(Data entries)
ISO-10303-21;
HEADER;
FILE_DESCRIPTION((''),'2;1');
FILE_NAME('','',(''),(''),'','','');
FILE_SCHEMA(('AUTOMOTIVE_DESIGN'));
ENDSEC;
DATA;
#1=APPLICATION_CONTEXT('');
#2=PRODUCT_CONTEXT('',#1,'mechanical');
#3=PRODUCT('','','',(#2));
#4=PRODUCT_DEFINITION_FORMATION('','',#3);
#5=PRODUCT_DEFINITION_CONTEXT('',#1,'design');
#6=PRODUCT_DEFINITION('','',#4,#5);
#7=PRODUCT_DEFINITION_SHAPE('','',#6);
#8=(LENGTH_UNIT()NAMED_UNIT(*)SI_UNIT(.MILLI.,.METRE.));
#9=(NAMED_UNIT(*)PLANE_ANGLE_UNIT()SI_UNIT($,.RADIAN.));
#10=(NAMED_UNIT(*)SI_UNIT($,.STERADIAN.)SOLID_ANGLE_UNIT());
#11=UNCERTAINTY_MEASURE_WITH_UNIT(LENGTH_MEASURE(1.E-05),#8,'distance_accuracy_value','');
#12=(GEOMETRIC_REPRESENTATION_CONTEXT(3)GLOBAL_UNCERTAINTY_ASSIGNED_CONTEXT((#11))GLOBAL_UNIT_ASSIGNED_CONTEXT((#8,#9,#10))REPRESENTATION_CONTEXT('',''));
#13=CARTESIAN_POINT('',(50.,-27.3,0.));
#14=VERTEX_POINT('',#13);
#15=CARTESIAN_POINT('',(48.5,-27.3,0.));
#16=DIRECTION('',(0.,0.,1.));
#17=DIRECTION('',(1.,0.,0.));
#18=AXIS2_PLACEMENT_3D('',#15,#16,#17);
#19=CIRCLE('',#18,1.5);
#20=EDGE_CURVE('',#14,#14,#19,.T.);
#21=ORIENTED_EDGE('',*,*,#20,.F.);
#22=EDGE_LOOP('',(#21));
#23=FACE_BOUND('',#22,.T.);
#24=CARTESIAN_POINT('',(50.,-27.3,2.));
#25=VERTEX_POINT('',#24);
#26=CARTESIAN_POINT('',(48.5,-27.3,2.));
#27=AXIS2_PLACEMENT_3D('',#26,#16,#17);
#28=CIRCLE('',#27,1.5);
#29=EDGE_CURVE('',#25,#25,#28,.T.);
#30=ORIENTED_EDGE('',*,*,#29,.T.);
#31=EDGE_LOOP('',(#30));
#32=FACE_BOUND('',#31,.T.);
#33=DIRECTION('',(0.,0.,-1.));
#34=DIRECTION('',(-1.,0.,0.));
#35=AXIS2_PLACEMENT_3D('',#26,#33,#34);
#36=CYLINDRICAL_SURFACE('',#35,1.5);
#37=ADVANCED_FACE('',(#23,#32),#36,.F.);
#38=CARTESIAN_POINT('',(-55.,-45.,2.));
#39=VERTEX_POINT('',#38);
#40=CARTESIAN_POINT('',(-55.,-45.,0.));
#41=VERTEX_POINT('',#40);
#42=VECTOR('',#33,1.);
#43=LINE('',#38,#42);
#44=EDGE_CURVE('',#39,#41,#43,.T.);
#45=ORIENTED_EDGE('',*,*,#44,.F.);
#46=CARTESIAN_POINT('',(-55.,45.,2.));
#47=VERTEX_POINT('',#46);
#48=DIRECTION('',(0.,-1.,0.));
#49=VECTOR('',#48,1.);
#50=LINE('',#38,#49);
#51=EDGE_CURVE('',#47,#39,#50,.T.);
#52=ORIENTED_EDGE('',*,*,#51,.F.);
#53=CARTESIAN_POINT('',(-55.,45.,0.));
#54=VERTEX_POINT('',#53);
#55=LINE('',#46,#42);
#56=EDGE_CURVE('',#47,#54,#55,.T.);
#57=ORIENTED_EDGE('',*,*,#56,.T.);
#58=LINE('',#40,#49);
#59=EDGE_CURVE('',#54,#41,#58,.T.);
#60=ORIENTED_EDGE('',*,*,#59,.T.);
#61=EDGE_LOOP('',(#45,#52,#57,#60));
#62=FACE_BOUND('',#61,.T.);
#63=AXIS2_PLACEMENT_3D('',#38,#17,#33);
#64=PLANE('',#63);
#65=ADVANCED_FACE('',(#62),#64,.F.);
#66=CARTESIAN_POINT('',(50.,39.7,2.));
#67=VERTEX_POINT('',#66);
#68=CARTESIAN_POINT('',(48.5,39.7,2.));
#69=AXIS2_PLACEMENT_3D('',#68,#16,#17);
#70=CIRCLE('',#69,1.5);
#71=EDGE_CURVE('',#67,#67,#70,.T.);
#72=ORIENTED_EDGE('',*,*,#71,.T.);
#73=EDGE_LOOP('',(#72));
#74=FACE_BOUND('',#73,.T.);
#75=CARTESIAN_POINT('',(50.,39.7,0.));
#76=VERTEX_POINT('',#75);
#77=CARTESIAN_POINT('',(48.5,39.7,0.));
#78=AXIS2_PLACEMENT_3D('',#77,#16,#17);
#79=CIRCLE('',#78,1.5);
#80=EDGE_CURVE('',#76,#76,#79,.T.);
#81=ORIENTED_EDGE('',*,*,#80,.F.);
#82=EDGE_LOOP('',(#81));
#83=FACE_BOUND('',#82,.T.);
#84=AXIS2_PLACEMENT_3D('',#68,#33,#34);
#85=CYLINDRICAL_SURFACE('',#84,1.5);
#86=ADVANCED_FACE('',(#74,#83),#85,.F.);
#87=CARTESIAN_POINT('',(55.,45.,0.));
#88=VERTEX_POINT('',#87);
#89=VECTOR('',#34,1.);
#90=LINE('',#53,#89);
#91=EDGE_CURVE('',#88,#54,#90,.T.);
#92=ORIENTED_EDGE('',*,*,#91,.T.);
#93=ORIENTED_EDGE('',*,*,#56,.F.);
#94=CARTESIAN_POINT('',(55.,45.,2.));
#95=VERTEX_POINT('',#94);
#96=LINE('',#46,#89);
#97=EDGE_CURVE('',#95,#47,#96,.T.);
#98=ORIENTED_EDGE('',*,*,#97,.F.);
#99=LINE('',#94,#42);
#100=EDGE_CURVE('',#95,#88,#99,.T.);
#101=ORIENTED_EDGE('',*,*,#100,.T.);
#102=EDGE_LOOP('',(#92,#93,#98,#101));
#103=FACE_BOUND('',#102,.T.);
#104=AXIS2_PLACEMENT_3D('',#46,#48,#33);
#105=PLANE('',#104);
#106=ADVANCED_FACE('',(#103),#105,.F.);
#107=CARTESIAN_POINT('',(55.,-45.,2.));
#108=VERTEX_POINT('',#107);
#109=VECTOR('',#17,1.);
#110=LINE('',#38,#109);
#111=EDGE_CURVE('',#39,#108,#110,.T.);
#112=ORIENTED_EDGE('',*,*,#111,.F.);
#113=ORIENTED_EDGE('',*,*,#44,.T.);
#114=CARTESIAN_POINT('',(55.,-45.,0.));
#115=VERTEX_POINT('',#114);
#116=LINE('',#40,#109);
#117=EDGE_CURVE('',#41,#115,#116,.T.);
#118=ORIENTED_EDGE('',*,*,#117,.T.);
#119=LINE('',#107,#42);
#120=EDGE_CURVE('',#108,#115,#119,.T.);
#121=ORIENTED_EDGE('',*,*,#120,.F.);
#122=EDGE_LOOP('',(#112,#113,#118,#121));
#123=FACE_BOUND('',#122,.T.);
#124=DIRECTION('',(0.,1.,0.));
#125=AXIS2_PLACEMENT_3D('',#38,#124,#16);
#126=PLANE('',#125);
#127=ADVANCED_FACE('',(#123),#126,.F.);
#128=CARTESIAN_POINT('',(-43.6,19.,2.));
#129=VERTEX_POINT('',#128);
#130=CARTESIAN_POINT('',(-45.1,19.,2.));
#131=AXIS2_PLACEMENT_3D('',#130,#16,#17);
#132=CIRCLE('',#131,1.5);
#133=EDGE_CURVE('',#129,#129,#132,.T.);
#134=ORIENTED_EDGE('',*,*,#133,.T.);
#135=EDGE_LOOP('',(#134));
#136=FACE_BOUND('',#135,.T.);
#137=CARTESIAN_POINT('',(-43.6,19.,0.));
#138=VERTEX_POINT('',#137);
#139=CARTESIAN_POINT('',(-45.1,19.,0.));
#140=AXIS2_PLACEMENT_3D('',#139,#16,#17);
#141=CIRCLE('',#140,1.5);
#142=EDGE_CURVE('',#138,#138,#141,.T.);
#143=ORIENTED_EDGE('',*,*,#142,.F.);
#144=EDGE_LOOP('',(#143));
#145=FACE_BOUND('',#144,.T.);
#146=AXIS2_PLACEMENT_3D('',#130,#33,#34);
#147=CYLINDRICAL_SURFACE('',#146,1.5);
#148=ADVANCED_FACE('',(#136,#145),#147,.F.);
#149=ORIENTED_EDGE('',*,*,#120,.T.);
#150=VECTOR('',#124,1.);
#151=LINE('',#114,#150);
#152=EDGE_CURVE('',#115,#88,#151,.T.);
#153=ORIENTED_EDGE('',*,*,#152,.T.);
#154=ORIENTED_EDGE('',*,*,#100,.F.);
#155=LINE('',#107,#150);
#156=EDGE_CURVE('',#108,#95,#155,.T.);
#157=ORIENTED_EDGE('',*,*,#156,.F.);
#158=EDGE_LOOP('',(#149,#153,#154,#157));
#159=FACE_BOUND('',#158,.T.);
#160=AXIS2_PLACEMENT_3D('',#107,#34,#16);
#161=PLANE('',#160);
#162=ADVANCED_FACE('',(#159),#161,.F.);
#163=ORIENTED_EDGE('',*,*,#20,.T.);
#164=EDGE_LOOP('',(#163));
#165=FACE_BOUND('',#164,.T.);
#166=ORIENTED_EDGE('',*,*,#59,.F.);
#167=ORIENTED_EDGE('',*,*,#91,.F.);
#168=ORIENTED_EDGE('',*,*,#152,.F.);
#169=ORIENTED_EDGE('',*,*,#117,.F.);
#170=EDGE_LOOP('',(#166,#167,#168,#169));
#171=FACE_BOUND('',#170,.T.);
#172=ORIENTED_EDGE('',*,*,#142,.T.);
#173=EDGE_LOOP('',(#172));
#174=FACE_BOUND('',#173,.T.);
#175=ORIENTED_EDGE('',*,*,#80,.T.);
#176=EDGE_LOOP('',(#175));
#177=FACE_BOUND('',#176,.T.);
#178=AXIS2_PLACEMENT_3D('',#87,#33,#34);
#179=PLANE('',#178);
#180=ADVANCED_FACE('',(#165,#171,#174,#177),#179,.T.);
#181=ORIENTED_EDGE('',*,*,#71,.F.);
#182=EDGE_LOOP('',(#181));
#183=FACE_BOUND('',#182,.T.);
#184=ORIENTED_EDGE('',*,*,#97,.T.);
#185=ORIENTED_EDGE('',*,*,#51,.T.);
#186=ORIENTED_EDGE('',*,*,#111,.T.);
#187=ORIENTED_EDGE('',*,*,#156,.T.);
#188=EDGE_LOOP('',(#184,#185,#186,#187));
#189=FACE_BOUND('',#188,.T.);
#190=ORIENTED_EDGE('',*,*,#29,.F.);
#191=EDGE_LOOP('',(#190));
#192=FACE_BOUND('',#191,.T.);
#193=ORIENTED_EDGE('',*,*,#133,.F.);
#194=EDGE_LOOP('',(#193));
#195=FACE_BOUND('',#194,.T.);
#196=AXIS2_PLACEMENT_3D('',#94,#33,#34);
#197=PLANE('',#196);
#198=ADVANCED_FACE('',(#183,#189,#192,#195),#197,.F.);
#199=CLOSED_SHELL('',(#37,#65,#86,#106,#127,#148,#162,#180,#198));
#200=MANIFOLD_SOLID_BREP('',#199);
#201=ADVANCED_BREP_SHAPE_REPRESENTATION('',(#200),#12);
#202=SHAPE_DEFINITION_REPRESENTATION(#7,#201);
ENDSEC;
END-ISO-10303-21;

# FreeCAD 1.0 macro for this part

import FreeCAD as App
import Part
import Sketcher

V = App.Vector


def add_polygon(sketch, points):
    """Adds a closed chain of lines whose ends are joined by coincident constraints."""
    first, n = sketch.GeometryCount, len(points)
    for a, b in zip(points, points[1:] + points[:1]):
        sketch.addGeometry(Part.LineSegment(App.Vector(*a, 0), App.Vector(*b, 0)), False)
    for i in range(n):
        sketch.addConstraint(Sketcher.Constraint("Coincident", first + i, 2, first + (i + 1) % n, 1))

doc = App.newDocument("Part")
body = doc.addObject("PartDesign::Body", "Body")

# Sketch on XY plane
sketch1 = body.newObject("Sketcher::SketchObject", "Sketch")
sketch1.AttachmentSupport = (doc.getObject("XY_Plane"), [""])
sketch1.MapMode = "FlatFace"
add_polygon(sketch1, [(-55, 45), (-55, -45), (55, -45), (55, 45)])  # lines 0-3
sketch1.addGeometry(Part.Circle(V(48.5, -27.3, 0), V(0, 0, 1), 1.5), False)  # 4
sketch1.addGeometry(Part.Circle(V(-45.1, 19, 0), V(0, 0, 1), 1.5), False)  # 5
sketch1.addGeometry(Part.Circle(V(48.5, 39.7, 0), V(0, 0, 1), 1.5), False)  # 6
sketch1.addConstraint(Sketcher.Constraint("Vertical", 0))
sketch1.addConstraint(Sketcher.Constraint("Horizontal", 1))
sketch1.addConstraint(Sketcher.Constraint("Vertical", 2))
sketch1.addConstraint(Sketcher.Constraint("Horizontal", 3))
sketch1.addConstraint(Sketcher.Constraint("Equal", 4, 5))
sketch1.addConstraint(Sketcher.Constraint("Equal", 5, 6))
sketch1.addConstraint(Sketcher.Constraint("Symmetric", 0, 2, 2, 2, -1, 1))
sketch1.addConstraint(Sketcher.Constraint("Vertical", 4, 3, 6, 3))
sketch1.addConstraint(Sketcher.Constraint("Diameter", 4, 3.0))
sketch1.addConstraint(Sketcher.Constraint("DistanceX", 1, 1, 1, 2, 110.0))
sketch1.addConstraint(Sketcher.Constraint("DistanceY", 0, 2, 0, 1, 90.0))
sketch1.addConstraint(Sketcher.Constraint("DistanceY", -1, 1, 5, 3, 19.0))
sketch1.addConstraint(Sketcher.Constraint("DistanceY", 4, 3, 6, 3, 67.0))
sketch1.addConstraint(Sketcher.Constraint("DistanceX", -1, 1, 4, 3, 48.5))
sketch1.addConstraint(Sketcher.Constraint("DistanceY", 4, 3, -1, 1, 27.3))
sketch1.addConstraint(Sketcher.Constraint("DistanceX", 5, 3, -1, 1, 45.1))
pad1 = body.newObject("PartDesign::Pad", "Pad")
pad1.Profile = sketch1
pad1.Length = 2

doc.recompute()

ACTIVITY >> From the records above, transcribe exactly the run of lines that opens with the line holding "#47=VERTEX_POINT('',#46);" and closes with the line holding "#73=EDGE_LOOP('',(#72));", both included.

RESULT FOR THIS EXERCISE >>
#47=VERTEX_POINT('',#46);
#48=DIRECTION('',(0.,-1.,0.));
#49=VECTOR('',#48,1.);
#50=LINE('',#38,#49);
#51=EDGE_CURVE('',#47,#39,#50,.T.);
#52=ORIENTED_EDGE('',*,*,#51,.F.);
#53=CARTESIAN_POINT('',(-55.,45.,0.));
#54=VERTEX_POINT('',#53);
#55=LINE('',#46,#42);
#56=EDGE_CURVE('',#47,#54,#55,.T.);
#57=ORIENTED_EDGE('',*,*,#56,.T.);
#58=LINE('',#40,#49);
#59=EDGE_CURVE('',#54,#41,#58,.T.);
#60=ORIENTED_EDGE('',*,*,#59,.T.);
#61=EDGE_LOOP('',(#45,#52,#57,#60));
#62=FACE_BOUND('',#61,.T.);
#63=AXIS2_PLACEMENT_3D('',#38,#17,#33);
#64=PLANE('',#63);
#65=ADVANCED_FACE('',(#62),#64,.F.);
#66=CARTESIAN_POINT('',(50.,39.7,2.));
#67=VERTEX_POINT('',#66);
#68=CARTESIAN_POINT('',(48.5,39.7,2.));
#69=AXIS2_PLACEMENT_3D('',#68,#16,#17);
#70=CIRCLE('',#69,1.5);
#71=EDGE_CURVE('',#67,#67,#70,.T.);
#72=ORIENTED_EDGE('',*,*,#71,.T.);
#73=EDGE_LOOP('',(#72));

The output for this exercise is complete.